## Exercise prompt:
Starting with the line that contains "#57=AXIS2_PLACEMENT_3D('',#54,#55,#56);" and stopping after the line that contains "#77=LINE('',#76,#26);", return each line below exactly as written, with no others.

Available data Block Start

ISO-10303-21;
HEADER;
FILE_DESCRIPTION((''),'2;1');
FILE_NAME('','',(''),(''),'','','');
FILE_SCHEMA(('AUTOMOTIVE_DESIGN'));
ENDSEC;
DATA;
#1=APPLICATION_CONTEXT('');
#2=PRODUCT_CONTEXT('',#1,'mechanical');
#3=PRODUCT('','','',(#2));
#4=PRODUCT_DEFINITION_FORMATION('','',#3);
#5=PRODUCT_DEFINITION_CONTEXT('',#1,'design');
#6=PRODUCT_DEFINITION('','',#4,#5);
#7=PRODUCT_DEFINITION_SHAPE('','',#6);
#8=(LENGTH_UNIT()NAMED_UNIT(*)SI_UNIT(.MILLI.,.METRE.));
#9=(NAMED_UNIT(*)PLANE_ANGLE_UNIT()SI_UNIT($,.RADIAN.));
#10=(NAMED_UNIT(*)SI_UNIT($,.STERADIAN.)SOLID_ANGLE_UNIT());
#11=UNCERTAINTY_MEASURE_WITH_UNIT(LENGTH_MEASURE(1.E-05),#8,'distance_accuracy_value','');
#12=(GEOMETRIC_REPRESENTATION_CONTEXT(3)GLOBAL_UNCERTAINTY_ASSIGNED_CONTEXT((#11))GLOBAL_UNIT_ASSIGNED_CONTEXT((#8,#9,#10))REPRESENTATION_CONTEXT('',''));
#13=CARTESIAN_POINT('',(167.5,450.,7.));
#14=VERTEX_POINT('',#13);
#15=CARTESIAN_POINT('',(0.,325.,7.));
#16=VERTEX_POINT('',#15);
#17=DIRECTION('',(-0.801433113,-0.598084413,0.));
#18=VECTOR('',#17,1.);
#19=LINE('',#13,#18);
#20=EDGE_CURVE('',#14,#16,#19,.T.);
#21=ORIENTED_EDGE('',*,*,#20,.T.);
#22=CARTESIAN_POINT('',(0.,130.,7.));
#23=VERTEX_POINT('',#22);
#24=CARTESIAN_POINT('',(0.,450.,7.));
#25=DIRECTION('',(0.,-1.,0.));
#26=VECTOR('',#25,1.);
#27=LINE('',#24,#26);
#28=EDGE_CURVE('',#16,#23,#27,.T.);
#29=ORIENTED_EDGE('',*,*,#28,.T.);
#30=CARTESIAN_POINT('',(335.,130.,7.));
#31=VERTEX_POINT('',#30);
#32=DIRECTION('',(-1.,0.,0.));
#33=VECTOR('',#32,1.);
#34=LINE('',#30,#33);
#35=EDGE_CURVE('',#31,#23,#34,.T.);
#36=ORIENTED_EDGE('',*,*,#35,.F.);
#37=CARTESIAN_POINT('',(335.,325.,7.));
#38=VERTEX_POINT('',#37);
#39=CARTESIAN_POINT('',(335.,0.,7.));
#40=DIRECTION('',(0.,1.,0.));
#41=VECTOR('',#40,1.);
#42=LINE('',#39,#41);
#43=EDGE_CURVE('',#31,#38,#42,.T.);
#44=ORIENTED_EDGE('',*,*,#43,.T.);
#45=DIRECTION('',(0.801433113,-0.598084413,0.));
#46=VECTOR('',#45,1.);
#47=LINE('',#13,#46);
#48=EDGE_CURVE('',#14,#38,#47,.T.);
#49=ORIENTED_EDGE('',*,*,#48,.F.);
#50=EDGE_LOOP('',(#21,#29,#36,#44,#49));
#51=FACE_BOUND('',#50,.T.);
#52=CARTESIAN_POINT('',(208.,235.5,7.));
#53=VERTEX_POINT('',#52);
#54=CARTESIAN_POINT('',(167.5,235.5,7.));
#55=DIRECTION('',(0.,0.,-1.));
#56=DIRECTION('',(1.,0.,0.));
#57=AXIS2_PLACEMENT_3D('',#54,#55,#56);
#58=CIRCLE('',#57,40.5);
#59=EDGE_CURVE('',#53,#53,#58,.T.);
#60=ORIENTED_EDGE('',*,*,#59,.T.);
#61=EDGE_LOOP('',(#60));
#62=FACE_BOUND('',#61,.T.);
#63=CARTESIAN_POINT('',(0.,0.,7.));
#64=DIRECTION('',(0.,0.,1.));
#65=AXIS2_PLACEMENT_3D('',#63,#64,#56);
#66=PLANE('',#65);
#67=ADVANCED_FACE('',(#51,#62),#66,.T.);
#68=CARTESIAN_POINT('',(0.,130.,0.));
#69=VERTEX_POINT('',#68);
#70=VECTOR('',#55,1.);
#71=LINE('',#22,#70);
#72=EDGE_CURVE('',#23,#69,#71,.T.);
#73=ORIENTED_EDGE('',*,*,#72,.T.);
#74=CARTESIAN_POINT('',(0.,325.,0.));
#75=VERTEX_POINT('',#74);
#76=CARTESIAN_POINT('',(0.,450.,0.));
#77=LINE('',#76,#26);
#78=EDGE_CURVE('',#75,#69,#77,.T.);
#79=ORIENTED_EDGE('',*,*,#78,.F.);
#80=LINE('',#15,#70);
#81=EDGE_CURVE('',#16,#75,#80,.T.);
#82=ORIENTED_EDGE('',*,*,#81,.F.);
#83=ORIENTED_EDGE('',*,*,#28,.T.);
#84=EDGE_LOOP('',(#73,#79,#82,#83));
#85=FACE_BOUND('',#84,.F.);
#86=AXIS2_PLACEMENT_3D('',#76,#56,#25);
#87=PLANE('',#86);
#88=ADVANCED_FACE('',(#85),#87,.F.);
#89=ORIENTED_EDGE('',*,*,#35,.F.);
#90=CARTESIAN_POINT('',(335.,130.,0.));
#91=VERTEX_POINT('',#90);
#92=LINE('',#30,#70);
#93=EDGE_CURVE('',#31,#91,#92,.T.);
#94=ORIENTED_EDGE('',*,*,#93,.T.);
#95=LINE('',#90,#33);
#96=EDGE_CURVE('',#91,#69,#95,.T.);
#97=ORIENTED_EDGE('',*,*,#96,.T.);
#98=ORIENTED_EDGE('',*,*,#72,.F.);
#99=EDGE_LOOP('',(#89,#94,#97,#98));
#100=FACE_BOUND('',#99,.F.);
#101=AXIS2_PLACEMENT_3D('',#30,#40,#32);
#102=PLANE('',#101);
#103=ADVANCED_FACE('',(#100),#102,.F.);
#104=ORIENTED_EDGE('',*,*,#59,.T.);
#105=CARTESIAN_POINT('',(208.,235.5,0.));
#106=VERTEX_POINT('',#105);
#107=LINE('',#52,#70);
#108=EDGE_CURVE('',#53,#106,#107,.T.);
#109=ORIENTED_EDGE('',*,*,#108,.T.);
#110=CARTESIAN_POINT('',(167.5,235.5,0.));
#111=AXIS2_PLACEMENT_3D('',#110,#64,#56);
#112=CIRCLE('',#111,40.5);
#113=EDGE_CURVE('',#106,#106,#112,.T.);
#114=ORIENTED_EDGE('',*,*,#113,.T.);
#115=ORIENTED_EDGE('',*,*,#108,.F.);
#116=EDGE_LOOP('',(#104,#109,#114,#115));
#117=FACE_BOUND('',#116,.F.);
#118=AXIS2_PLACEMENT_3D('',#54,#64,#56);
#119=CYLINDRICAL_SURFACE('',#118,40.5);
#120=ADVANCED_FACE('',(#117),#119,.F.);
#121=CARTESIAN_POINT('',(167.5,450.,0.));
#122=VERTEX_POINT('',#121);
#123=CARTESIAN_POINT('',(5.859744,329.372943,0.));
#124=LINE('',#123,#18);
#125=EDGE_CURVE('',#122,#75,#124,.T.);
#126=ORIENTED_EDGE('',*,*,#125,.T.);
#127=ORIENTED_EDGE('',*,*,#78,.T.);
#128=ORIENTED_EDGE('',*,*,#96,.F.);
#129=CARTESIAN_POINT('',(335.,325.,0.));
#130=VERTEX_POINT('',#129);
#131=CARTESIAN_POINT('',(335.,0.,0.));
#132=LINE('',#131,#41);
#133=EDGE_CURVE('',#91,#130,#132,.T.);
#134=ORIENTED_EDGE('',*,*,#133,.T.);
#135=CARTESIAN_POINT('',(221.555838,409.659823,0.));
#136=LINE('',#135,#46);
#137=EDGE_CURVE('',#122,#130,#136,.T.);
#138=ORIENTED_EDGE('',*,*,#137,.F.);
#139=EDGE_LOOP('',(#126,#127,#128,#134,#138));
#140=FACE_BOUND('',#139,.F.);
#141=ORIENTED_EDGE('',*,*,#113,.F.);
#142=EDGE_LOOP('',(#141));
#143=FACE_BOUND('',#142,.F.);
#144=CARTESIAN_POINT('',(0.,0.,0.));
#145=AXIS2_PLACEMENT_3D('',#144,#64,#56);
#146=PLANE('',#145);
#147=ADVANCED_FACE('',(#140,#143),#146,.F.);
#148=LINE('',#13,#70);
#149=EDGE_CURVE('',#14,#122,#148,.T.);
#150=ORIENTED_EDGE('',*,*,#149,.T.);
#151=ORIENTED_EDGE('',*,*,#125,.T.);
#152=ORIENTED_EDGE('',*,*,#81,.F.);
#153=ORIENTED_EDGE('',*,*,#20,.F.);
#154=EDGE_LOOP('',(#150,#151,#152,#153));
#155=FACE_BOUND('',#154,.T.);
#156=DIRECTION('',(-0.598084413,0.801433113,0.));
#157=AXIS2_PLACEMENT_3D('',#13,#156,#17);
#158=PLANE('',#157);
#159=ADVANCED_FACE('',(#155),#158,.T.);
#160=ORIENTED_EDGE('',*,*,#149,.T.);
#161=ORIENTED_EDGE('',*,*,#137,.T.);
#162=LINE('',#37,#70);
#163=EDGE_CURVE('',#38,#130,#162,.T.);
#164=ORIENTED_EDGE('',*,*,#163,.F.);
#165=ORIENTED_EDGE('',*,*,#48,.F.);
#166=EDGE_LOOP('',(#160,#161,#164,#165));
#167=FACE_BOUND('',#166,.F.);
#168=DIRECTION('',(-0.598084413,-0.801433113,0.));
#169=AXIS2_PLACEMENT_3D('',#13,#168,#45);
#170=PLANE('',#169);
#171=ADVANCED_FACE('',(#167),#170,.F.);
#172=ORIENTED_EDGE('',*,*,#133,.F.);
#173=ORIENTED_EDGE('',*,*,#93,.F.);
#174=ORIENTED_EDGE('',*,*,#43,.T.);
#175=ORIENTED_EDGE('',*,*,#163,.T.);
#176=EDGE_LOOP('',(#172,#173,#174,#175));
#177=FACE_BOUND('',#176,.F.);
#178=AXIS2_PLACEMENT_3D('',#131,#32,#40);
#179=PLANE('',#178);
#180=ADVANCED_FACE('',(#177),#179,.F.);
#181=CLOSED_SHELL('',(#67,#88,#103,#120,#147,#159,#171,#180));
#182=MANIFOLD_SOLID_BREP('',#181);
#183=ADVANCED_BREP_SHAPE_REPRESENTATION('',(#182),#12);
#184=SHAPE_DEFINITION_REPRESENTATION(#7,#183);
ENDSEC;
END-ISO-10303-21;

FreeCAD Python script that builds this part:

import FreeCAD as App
import Part
import Sketcher
from FreeCAD import Vector


def add_polygon(sketch, points):
    """Adds a closed chain of lines whose ends are joined by coincident constraints."""
    first, n = sketch.GeometryCount, len(points)
    for a, b in zip(points, points[1:] + points[:1]):
        sketch.addGeometry(Part.LineSegment(App.Vector(*a, 0), App.Vector(*b, 0)), False)
    for i in range(n):
        sketch.addConstraint(Sketcher.Constraint("Coincident", first + i, 2, first + (i + 1) % n, 1))

doc = App.newDocument("Part")
body = doc.addObject("PartDesign::Body", "Body")

sketch1 = body.newObject("Sketcher::SketchObject", "Sketch")
sketch1.AttachmentSupport = (doc.getObject("XY_Plane"), [""])
sketch1.MapMode = "FlatFace"
add_polygon(sketch1, [(0, 450), (0, 0), (335, 0), (335, 450)])
sketch1.addConstraint([
    Sketcher.Constraint("Vertical", 0),
    Sketcher.Constraint("Horizontal", 1),
    Sketcher.Constraint("Vertical", 2),
    Sketcher.Constraint("Horizontal", 3),
    Sketcher.Constraint("Coincident", 0, 2, -1, 1),
    Sketcher.Constraint("DistanceX", 1, 1, 1, 2, 335.0),
    Sketcher.Constraint("DistanceY", 0, 2, 0, 1, 450.0),
])
pad1 = body.newObject("PartDesign::Pad", "Pad")
pad1.Profile = sketch1
pad1.Length = 7

sketch2 = body.newObject("Sketcher::SketchObject", "Sketch001")
sketch2.AttachmentSupport = (doc.getObject("XY_Plane"), [""])
sketch2.MapMode = "FlatFace"
sketch2.AttachmentOffset = App.Placement(Vector(0, 0, 7), App.Rotation())
add_polygon(sketch2, [(0, 450), (0, 325), (168, 450)])
sketch2.addConstraint([
    Sketcher.Constraint("Vertical", 0),
    Sketcher.Constraint("Horizontal", 2),
    Sketcher.Constraint("PointOnObject", 0, 2, -2),
    Sketcher.Constraint("DistanceX", 2, 2, 2, 1, 167.5),
    Sketcher.Constraint("DistanceY", -1, 1, 0, 2, 325.0),
    Sketcher.Constraint("DistanceY", 0, 2, 0, 1, 125.0),
])
pocket1 = body.newObject("PartDesign::Pocket", "Pocket")
pocket1.Profile = sketch2
pocket1.Length = 166.0375

sketch3 = body.newObject("Sketcher::SketchObject", "Sketch002")
sketch3.AttachmentSupport = (doc.getObject("XY_Plane"), [""])
sketch3.MapMode = "FlatFace"
sketch3.AttachmentOffset = App.Placement(Vector(0, 0, 7), App.Rotation())
add_polygon(sketch3, [(335, 450), (168, 450), (335, 325)])
sketch3.addConstraint([
    Sketcher.Constraint("Horizontal", 0),
    Sketcher.Constraint("Vertical", 2),
    Sketcher.Constraint("DistanceY", -1, 1, 1, 2, 325.0),
    Sketcher.Constraint("DistanceY", 2, 1, 2, 2, 125.0),
    Sketcher.Constraint("DistanceX", 0, 2, 0, 1, 167.5),
    Sketcher.Constraint("DistanceX", -1, 1, 1, 2, 335.0),
])
pocket2 = body.newObject("PartDesign::Pocket", "Pocket001")
pocket2.Profile = sketch3
pocket2.Length = 305.45

sketch4 = body.newObject("Sketcher::SketchObject", "Sketch003")
sketch4.AttachmentSupport = (doc.getObject("XY_Plane"), [""])
sketch4.MapMode = "FlatFace"
sketch4.AttachmentOffset = App.Placement(Vector(0, 0, 7), App.Rotation())
add_polygon(sketch4, [(128, 0), (208, 0), (208, 130), (128, 130)])
sketch4.addConstraint([
    Sketcher.Constraint("Horizontal", 0),
    Sketcher.Constraint("Vertical", 1),
    Sketcher.Constraint("Horizontal", 2),
    Sketcher.Constraint("Vertical", 3),
    Sketcher.Constraint("PointOnObject", 0, 2, -1),
    Sketcher.Constraint("DistanceX", 0, 1, 0, 2, 80.0),
    Sketcher.Constraint("DistanceY", 1, 1, 1, 2, 130.0),
    Sketcher.Constraint("DistanceX", -1, 1, 0, 2, 207.5),
])
pocket3 = body.newObject("PartDesign::Pocket", "Pocket002")
pocket3.Profile = sketch4
pocket3.Length = 10

sketch5 = body.newObject("Sketcher::SketchObject", "Sketch004")
sketch5.AttachmentSupport = (doc.getObject("XY_Plane"), [""])
sketch5.MapMode = "FlatFace"
sketch5.AttachmentOffset = App.Placement(Vector(0, 0, 7), App.Rotation())
sketch5.addGeometry(Part.Circle(Vector(168, 236, 0), Vector(0, 0, 1), 40), False)
sketch5.addConstraint([
    Sketcher.Constraint("Diameter", 0, 81.0),
    Sketcher.Constraint("DistanceX", -1, 1, 0, 3, 167.5),
    Sketcher.Constraint("DistanceY", -1, 1, 0, 3, 235.5),
])
pocket4 = body.newObject("PartDesign::Pocket", "Pocket003")
pocket4.Profile = sketch5
pocket4.Length = 10

sketch6 = body.newObject("Sketcher::SketchObject", "Sketch005")
sketch6.AttachmentSupport = (doc.getObject("XY_Plane"), [""])
sketch6.MapMode = "FlatFace"
sketch6.AttachmentOffset = App.Placement(Vector(0, 0, 7), App.Rotation())
add_polygon(sketch6, [(0, 130), (0, 0), (335, 0), (335, 130)])
sketch6.addConstraint([
    Sketcher.Constraint("Vertical", 0),
    Sketcher.Constraint("Horizontal", 1),
    Sketcher.Constraint("Vertical", 2),
    Sketcher.Constraint("Horizontal", 3),
    Sketcher.Constraint("Coincident", 0, 2, -1, 1),
    Sketcher.Constraint("DistanceX", 1, 1, 1, 2, 335.0),
    Sketcher.Constraint("DistanceY", 0, 2, 0, 1, 130.0),
])
pocket5 = body.newObject("PartDesign::Pocket", "Pocket004")
pocket5.Profile = sketch6
pocket5.Length = 10

doc.recompute()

Available data Block End

## Response area:
#57=AXIS2_PLACEMENT_3D('',#54,#55,#56);
#58=CIRCLE('',#57,40.5);
#59=EDGE_CURVE('',#53,#53,#58,.T.);
#60=ORIENTED_EDGE('',*,*,#59,.T.);
#61=EDGE_LOOP('',(#60));
#62=FACE_BOUND('',#61,.T.);
#63=CARTESIAN_POINT('',(0.,0.,7.));
#64=DIRECTION('',(0.,0.,1.));
#65=AXIS2_PLACEMENT_3D('',#63,#64,#56);
#66=PLANE('',#65);
#67=ADVANCED_FACE('',(#51,#62),#66,.T.);
#68=CARTESIAN_POINT('',(0.,130.,0.));
#69=VERTEX_POINT('',#68);
#70=VECTOR('',#55,1.);
#71=LINE('',#22,#70);
#72=EDGE_CURVE('',#23,#69,#71,.T.);
#73=ORIENTED_EDGE('',*,*,#72,.T.);
#74=CARTESIAN_POINT('',(0.,325.,0.));
#75=VERTEX_POINT('',#74);
#76=CARTESIAN_POINT('',(0.,450.,0.));
#77=LINE('',#76,#26);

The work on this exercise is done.